Fungitoxic properties of neem giloy-T. cordifolia leaf oil: For MIC of most active giloy-T. cordifolia leaf essential oil was determined by following Kumar4,17 method. Different concentration of the T. cordifolia leaf oil ranging from 200-600 ppm were prepared by dissolving requisite amount of oil in 0.5 mL acetone and then mixing with 9.5 mL czapeks dox agar medium separately. In control sets the petri plates having acetone and medium without oil were used. From periphery of 7 days old culture of each of test fungi, fungal discs (5 mm diam) were obtained and aseptically inoculated in each of control and the treatment sets. All these sets were incubated at 28±2°C for 6 days. In treatment/control sets diameters of fungal colony were measured in mutually perpendicular directions on the 7th day and the average was used to calculate the percent inhibition of mycelia growth of test fungi separately. The leaf oil treated discs of the fungi showing complete inhibition of their mycelia growth up to 7 days were washed with sterile water and placed again on fresh solidified medium to observe the revival of mycelia growth. The fungitoxic spectrum of the neem giloy T. cordifolia leaf oil was studied against various fungi isolated from pigeon pea seed samples. In addition effect of temperature, autoclaving and storage on the fungi toxicity of oil was determined following Kumar4. The each experiment was repeated thrice and contained 5 replicates.

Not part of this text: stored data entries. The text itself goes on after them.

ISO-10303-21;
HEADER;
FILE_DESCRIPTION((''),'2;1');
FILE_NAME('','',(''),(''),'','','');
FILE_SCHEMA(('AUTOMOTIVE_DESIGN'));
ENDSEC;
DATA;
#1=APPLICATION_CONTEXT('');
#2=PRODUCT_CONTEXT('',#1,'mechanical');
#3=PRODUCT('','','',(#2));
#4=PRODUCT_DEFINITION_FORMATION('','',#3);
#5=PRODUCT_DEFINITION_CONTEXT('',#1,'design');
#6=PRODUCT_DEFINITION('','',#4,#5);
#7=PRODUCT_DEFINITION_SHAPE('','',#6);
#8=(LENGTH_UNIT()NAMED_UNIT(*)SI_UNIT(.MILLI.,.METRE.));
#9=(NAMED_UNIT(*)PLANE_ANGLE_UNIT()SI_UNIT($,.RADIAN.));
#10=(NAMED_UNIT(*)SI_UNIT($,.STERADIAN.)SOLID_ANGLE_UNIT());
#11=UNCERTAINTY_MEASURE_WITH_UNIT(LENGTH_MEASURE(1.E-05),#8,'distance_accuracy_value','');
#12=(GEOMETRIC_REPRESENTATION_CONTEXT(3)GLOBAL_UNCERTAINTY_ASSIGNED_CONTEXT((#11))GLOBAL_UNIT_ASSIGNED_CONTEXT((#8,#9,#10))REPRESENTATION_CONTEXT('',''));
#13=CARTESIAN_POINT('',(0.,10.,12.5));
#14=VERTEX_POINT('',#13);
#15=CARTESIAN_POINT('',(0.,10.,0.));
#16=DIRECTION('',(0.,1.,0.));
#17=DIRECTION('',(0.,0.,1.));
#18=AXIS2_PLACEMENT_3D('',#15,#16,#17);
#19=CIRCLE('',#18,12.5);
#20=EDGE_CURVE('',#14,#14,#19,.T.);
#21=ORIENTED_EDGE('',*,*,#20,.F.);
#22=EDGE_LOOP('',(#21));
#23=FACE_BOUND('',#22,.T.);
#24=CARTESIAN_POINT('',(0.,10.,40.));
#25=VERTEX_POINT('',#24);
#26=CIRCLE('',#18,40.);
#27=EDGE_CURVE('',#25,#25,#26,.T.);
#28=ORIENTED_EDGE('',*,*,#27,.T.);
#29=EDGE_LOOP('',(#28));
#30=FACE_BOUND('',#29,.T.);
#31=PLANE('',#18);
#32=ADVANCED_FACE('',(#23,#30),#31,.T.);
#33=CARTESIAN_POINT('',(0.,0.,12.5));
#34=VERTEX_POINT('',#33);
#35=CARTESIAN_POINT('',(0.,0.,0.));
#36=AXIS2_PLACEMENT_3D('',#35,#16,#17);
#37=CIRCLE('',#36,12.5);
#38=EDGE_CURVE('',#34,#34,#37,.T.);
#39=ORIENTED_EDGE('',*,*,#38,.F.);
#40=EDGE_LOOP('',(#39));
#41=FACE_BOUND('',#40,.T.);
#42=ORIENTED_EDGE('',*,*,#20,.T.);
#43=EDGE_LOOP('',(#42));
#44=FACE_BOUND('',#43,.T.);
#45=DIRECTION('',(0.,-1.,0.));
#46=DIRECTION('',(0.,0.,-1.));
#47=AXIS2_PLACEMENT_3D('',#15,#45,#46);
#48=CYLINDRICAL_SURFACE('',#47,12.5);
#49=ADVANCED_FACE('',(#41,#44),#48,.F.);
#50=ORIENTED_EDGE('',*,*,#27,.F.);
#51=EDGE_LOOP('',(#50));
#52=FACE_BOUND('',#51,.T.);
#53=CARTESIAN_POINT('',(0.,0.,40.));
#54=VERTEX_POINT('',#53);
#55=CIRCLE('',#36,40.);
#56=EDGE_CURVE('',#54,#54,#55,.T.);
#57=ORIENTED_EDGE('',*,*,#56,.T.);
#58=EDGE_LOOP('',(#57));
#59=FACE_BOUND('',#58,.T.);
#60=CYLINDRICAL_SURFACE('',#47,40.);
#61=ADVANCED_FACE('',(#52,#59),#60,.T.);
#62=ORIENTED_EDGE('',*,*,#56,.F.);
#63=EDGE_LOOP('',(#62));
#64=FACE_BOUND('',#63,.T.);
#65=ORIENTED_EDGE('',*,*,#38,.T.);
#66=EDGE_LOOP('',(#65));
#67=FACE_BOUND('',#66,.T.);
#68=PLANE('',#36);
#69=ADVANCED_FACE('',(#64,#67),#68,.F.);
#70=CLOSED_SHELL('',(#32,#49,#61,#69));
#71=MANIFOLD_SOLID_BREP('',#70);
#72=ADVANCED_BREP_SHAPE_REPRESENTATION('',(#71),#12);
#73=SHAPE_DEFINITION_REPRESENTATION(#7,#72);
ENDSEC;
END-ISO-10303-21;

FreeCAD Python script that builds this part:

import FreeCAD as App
import Part
import Sketcher

V = App.Vector

doc = App.newDocument("Part")
body = doc.addObject("PartDesign::Body", "Body")

# Sketch on XZ plane
sketch1 = body.newObject("Sketcher::SketchObject", "Sketch")
sketch1.AttachmentSupport = (doc.getObject("XZ_Plane"), [""])
sketch1.MapMode = "FlatFace"
sketch1.addGeometry(Part.Circle(V(0, 0, 0), V(0, 0, 1), 40), False)
sketch1.addGeometry(Part.Circle(V(0, 0, 0), V(0, 0, 1), 12.5), False)
sketch1.addConstraint(Sketcher.Constraint("Coincident", 0, 3, -1, 1))
sketch1.addConstraint(Sketcher.Constraint("Coincident", 1, 3, -1, 1))
sketch1.addConstraint(Sketcher.Constraint("Diameter", 0, 80.0))
sketch1.addConstraint(Sketcher.Constraint("Diameter", 1, 25.0))
pad1 = body.newObject("PartDesign::Pad", "Pad")
pad1.Profile = sketch1
pad1.Length = 10
pad1.Reversed = True

doc.recompute()
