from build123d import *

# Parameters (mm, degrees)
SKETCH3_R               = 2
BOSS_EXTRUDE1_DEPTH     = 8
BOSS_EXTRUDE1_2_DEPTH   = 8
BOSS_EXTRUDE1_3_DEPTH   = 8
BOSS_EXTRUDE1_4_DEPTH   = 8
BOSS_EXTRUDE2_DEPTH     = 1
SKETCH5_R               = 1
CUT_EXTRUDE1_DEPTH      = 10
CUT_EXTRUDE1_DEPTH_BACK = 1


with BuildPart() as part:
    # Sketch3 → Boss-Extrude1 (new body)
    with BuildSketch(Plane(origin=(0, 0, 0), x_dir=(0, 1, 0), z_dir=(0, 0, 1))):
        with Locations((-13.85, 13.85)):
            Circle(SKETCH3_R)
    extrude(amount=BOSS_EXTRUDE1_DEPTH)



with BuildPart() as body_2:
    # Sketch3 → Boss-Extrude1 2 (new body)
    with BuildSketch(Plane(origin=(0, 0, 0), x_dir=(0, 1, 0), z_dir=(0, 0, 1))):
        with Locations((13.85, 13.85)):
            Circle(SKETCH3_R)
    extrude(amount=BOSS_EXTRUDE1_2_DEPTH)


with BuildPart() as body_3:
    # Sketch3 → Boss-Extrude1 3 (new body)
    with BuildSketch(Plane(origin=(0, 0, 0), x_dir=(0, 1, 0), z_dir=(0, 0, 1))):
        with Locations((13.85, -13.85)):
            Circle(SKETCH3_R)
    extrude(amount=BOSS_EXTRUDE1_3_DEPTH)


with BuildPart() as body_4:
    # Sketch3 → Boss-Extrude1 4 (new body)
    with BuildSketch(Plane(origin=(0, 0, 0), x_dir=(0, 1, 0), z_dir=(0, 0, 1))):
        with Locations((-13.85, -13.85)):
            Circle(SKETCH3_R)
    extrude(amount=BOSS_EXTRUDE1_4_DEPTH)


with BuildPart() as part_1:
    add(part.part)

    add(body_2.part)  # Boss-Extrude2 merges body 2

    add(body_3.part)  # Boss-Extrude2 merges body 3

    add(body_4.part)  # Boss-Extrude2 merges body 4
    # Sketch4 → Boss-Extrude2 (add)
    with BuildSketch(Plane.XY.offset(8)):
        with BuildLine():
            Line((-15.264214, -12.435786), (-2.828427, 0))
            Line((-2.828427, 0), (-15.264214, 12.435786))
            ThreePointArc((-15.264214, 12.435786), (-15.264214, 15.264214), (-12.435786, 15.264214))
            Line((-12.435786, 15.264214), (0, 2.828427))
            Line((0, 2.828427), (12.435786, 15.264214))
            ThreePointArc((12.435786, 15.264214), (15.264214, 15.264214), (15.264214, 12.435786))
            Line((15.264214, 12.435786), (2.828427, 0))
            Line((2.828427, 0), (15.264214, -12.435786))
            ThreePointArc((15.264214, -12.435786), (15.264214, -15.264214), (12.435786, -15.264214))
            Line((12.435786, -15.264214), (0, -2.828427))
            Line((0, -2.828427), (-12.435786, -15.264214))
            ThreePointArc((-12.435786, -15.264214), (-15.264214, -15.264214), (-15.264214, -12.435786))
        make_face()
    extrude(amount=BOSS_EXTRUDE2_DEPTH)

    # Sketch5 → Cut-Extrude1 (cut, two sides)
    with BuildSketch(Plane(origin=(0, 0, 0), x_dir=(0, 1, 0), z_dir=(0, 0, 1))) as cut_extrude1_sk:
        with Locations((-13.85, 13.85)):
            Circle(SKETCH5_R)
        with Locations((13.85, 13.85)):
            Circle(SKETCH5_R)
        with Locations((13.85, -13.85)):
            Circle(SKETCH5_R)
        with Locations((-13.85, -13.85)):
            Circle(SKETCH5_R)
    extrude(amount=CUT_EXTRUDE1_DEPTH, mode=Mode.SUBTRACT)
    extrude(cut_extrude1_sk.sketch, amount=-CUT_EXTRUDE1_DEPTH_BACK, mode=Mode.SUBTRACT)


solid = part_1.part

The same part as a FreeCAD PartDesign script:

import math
import FreeCAD as App
import Part
import Sketcher

V = App.Vector
Q = App.Units.Quantity

doc = App.newDocument("Part")
body = doc.addObject("PartDesign::Body", "Body")

sketch1 = body.newObject("Sketcher::SketchObject", "Sketch")
sketch1.AttachmentSupport = (doc.getObject("XY_Plane"), [""])
sketch1.MapMode = "FlatFace"
sketch1.addGeometry(Part.Circle(V(-13.8, -13.8, 0), V(0, 0, 1), 2), False)
sketch1.addConstraint(Sketcher.Constraint("Diameter", 0, Q("4 mm")))
sketch1.addConstraint(Sketcher.Constraint("DistanceX", 0, 3, -1, 1, Q("13.85 mm")))
sketch1.addConstraint(Sketcher.Constraint("DistanceY", 0, 3, -1, 1, Q("13.85 mm")))
pad1 = body.newObject("PartDesign::Pad", "Pad")
pad1.Profile = sketch1
pad1.Length = 8
body2 = doc.addObject("PartDesign::Body", "Body001")

sketch2 = body2.newObject("Sketcher::SketchObject", "Sketch001")
sketch2.AttachmentSupport = (doc.getObject("XY_Plane001"), [""])
sketch2.MapMode = "FlatFace"
sketch2.addGeometry(Part.Circle(V(-13.8, 13.8, 0), V(0, 0, 1), 2), False)
sketch2.addConstraint(Sketcher.Constraint("Diameter", 0, Q("4 mm")))
sketch2.addConstraint(Sketcher.Constraint("DistanceX", 0, 3, -1, 1, Q("13.85 mm")))
sketch2.addConstraint(Sketcher.Constraint("DistanceY", -1, 1, 0, 3, Q("13.85 mm")))
pad2 = body2.newObject("PartDesign::Pad", "Pad001")
pad2.Profile = sketch2
pad2.Length = 8
body3 = doc.addObject("PartDesign::Body", "Body002")

sketch3 = body3.newObject("Sketcher::SketchObject", "Sketch002")
sketch3.AttachmentSupport = (doc.getObject("XY_Plane002"), [""])
sketch3.MapMode = "FlatFace"
sketch3.addGeometry(Part.Circle(V(13.8, 13.8, 0), V(0, 0, 1), 2), False)
sketch3.addConstraint(Sketcher.Constraint("Diameter", 0, Q("4 mm")))
sketch3.addConstraint(Sketcher.Constraint("DistanceX", -1, 1, 0, 3, Q("13.85 mm")))
sketch3.addConstraint(Sketcher.Constraint("DistanceY", -1, 1, 0, 3, Q("13.85 mm")))
pad3 = body3.newObject("PartDesign::Pad", "Pad002")
pad3.Profile = sketch3
pad3.Length = 8
body4 = doc.addObject("PartDesign::Body", "Body003")

sketch4 = body4.newObject("Sketcher::SketchObject", "Sketch003")
sketch4.AttachmentSupport = (doc.getObject("XY_Plane003"), [""])
sketch4.MapMode = "FlatFace"
sketch4.addGeometry(Part.Circle(V(13.8, -13.8, 0), V(0, 0, 1), 2), False)
sketch4.addConstraint(Sketcher.Constraint("Diameter", 0, Q("4 mm")))
sketch4.addConstraint(Sketcher.Constraint("DistanceX", -1, 1, 0, 3, Q("13.85 mm")))
sketch4.addConstraint(Sketcher.Constraint("DistanceY", 0, 3, -1, 1, Q("13.85 mm")))
pad4 = body4.newObject("PartDesign::Pad", "Pad003")
pad4.Profile = sketch4
pad4.Length = 8
body.AllowCompound = True
doc.recompute()

boolean = body.newObject("PartDesign::Boolean", "Boolean")
boolean.Type = "Fuse"
boolean.addObjects([body2])
doc.recompute()

boolean2 = body.newObject("PartDesign::Boolean", "Boolean001")
boolean2.Type = "Fuse"
boolean2.addObjects([body3])
doc.recompute()

boolean3 = body.newObject("PartDesign::Boolean", "Boolean002")
boolean3.Type = "Fuse"
boolean3.addObjects([body4])

sketch5 = body.newObject("Sketcher::SketchObject", "Sketch004")
sketch5.AttachmentSupport = (doc.getObject("XY_Plane"), [""])
sketch5.MapMode = "FlatFace"
sketch5.AttachmentOffset = App.Placement(V(0, 0, 8), App.Rotation())
sketch5.addGeometry(Part.LineSegment(V(-2.8, 0, 0), V(-15.3, -12.4, 0)), False)
sketch5.addGeometry(Part.ArcOfCircle(Part.Circle(V(-13.8, -13.8, 0), V(0, 0, 1), 2), math.radians(135), math.radians(315)), False)
sketch5.addGeometry(Part.LineSegment(V(-12.4, -15.3, 0), V(0, -2.8, 0)), False)
sketch5.addGeometry(Part.LineSegment(V(0, -2.8, 0), V(12.4, -15.3, 0)), False)
sketch5.addGeometry(Part.ArcOfCircle(Part.Circle(V(13.8, -13.8, 0), V(0, 0, 1), 2), math.radians(-135), math.radians(45)), False)
sketch5.addGeometry(Part.LineSegment(V(15.3, -12.4, 0), V(2.8, 0, 0)), False)
sketch5.addGeometry(Part.LineSegment(V(2.8, 0, 0), V(15.3, 12.4, 0)), False)
sketch5.addGeometry(Part.ArcOfCircle(Part.Circle(V(13.8, 13.8, 0), V(0, 0, 1), 2), math.radians(-45), math.radians(135)), False)
sketch5.addGeometry(Part.LineSegment(V(12.4, 15.3, 0), V(0, 2.8, 0)), False)
sketch5.addGeometry(Part.LineSegment(V(0, 2.8, 0), V(-12.4, 15.3, 0)), False)
sketch5.addGeometry(Part.ArcOfCircle(Part.Circle(V(-13.8, 13.8, 0), V(0, 0, 1), 2), math.radians(45), math.radians(225)), False)
sketch5.addGeometry(Part.LineSegment(V(-15.3, 12.4, 0), V(-2.8, 0, 0)), False)
sketch5.addConstraint(Sketcher.Constraint("Tangent", 0, 2, 1, 1))
sketch5.addConstraint(Sketcher.Constraint("Tangent", 1, 2, 2, 1))
sketch5.addConstraint(Sketcher.Constraint("Coincident", 2, 2, 3, 1))
sketch5.addConstraint(Sketcher.Constraint("Tangent", 3, 2, 4, 1))
sketch5.addConstraint(Sketcher.Constraint("Tangent", 4, 2, 5, 1))
sketch5.addConstraint(Sketcher.Constraint("Coincident", 5, 2, 6, 1))
sketch5.addConstraint(Sketcher.Constraint("Tangent", 6, 2, 7, 1))
sketch5.addConstraint(Sketcher.Constraint("Tangent", 7, 2, 8, 1))
sketch5.addConstraint(Sketcher.Constraint("Coincident", 8, 2, 9, 1))
sketch5.addConstraint(Sketcher.Constraint("Tangent", 9, 2, 10, 1))
sketch5.addConstraint(Sketcher.Constraint("Tangent", 10, 2, 11, 1))
sketch5.addConstraint(Sketcher.Constraint("Coincident", 11, 2, 0, 1))
sketch5.addConstraint(Sketcher.Constraint("Equal", 1, 4))
sketch5.addConstraint(Sketcher.Constraint("Equal", 4, 7))
sketch5.addConstraint(Sketcher.Constraint("Equal", 7, 10))
sketch5.addConstraint(Sketcher.Constraint("Symmetric", 1, 3, 7, 3, -1, 1))
sketch5.addConstraint(Sketcher.Constraint("Symmetric", 4, 3, 10, 3, -1, 1))
sketch5.addConstraint(Sketcher.Constraint("Symmetric", 2, 2, 8, 2, -1, 1))
sketch5.addConstraint(Sketcher.Constraint("Symmetric", 5, 2, 11, 2, -1, 1))
sketch5.addConstraint(Sketcher.Constraint("Symmetric", 1, 3, 4, 3, -2))
sketch5.addConstraint(Sketcher.Constraint("PointOnObject", 2, 2, -2))
sketch5.addConstraint(Sketcher.Constraint("PointOnObject", 5, 2, -1))
sketch5.addConstraint(Sketcher.Constraint("Parallel", 0, 2))
sketch5.addConstraint(Sketcher.Constraint("Perpendicular", 2, 3))
sketch5.addConstraint(Sketcher.Constraint("Equal", 0, 2))
sketch5.addConstraint(Sketcher.Constraint("Radius", 1, Q("2.000001 mm")))
sketch5.addConstraint(Sketcher.Constraint("DistanceX", 1, 3, 4, 3, Q("27.7 mm")))
pad5 = body.newObject("PartDesign::Pad", "Pad004")
pad5.Profile = sketch5
pad5.Length = 1

sketch6 = body.newObject("Sketcher::SketchObject", "Sketch005")
sketch6.AttachmentSupport = (doc.getObject("XY_Plane"), [""])
sketch6.MapMode = "FlatFace"
sketch6.addGeometry(Part.Circle(V(-13.8, -13.8, 0), V(0, 0, 1), 1), False)
sketch6.addGeometry(Part.Circle(V(-13.8, 13.8, 0), V(0, 0, 1), 1), False)
sketch6.addGeometry(Part.Circle(V(13.8, 13.8, 0), V(0, 0, 1), 1), False)
sketch6.addGeometry(Part.Circle(V(13.8, -13.8, 0), V(0, 0, 1), 1), False)
sketch6.addConstraint(Sketcher.Constraint("Equal", 0, 1))
sketch6.addConstraint(Sketcher.Constraint("Equal", 1, 2))
sketch6.addConstraint(Sketcher.Constraint("Equal", 2, 3))
sketch6.addConstraint(Sketcher.Constraint("Symmetric", 0, 3, 2, 3, -1, 1))
sketch6.addConstraint(Sketcher.Constraint("Symmetric", 1, 3, 3, 3, -1, 1))
sketch6.addConstraint(Sketcher.Constraint("Symmetric", 1, 3, 2, 3, -2))
sketch6.addConstraint(Sketcher.Constraint("Diameter", 0, Q("2 mm")))
sketch6.addConstraint(Sketcher.Constraint("DistanceY", 0, 3, 1, 3, Q("27.7 mm")))
sketch6.addConstraint(Sketcher.Constraint("DistanceX", 1, 3, 2, 3, Q("27.7 mm")))
pocket1 = body.newObject("PartDesign::Pocket", "Pocket")
pocket1.Profile = sketch6
pocket1.Type = "ThroughAll"
pocket1.Midplane = True

doc.recompute()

Comparison of neem giloy T. cordifolia leaf oil efficacy with synthetic fumigant: This was determined following Kumar4 with slight modification. For fumigant potential efficacy (giloy T. cordifolia leaf oil determination), requisite amount of T. cordifolia leaf oil was soaked in cotton swab (100 mg weight) and was introduced in separate polyethylene bags (17.0 cm diameter×20.4 cm height) which had 200 g of pigeon pea seed sample to attain 1 μL mL–1 (v/v) concentration. Synthetic fumigants viz., aluminium phosphide (sulphos) and ethylene dibromide (EDBA ampule) were also treated similarly and introduced at 500 ppm concentration on samples of 200 g pigeon pea seeds each.

This was determined following Kumar4,17 with slight modification. To measure its protectant power of neem giloy T. cordifolia leaf oil as seed dressing the stock solution of 100 μL of T. cordifolia leaf oil was prepared by dissolving 100 μL of oil in 1 mL of acetone. About 200 g of pigeon pea seed were filled in plastic containers, treated with 1 mL stock solution of the leaf oil. Pigeon pea seeds were dressed by continuous shaking for 5 min for proper coating. Similarly, two contact fungicides such as copper oxychloride and carbendazim (1000 mg/200 g seeds) were taken to run parallel for comparison purpose.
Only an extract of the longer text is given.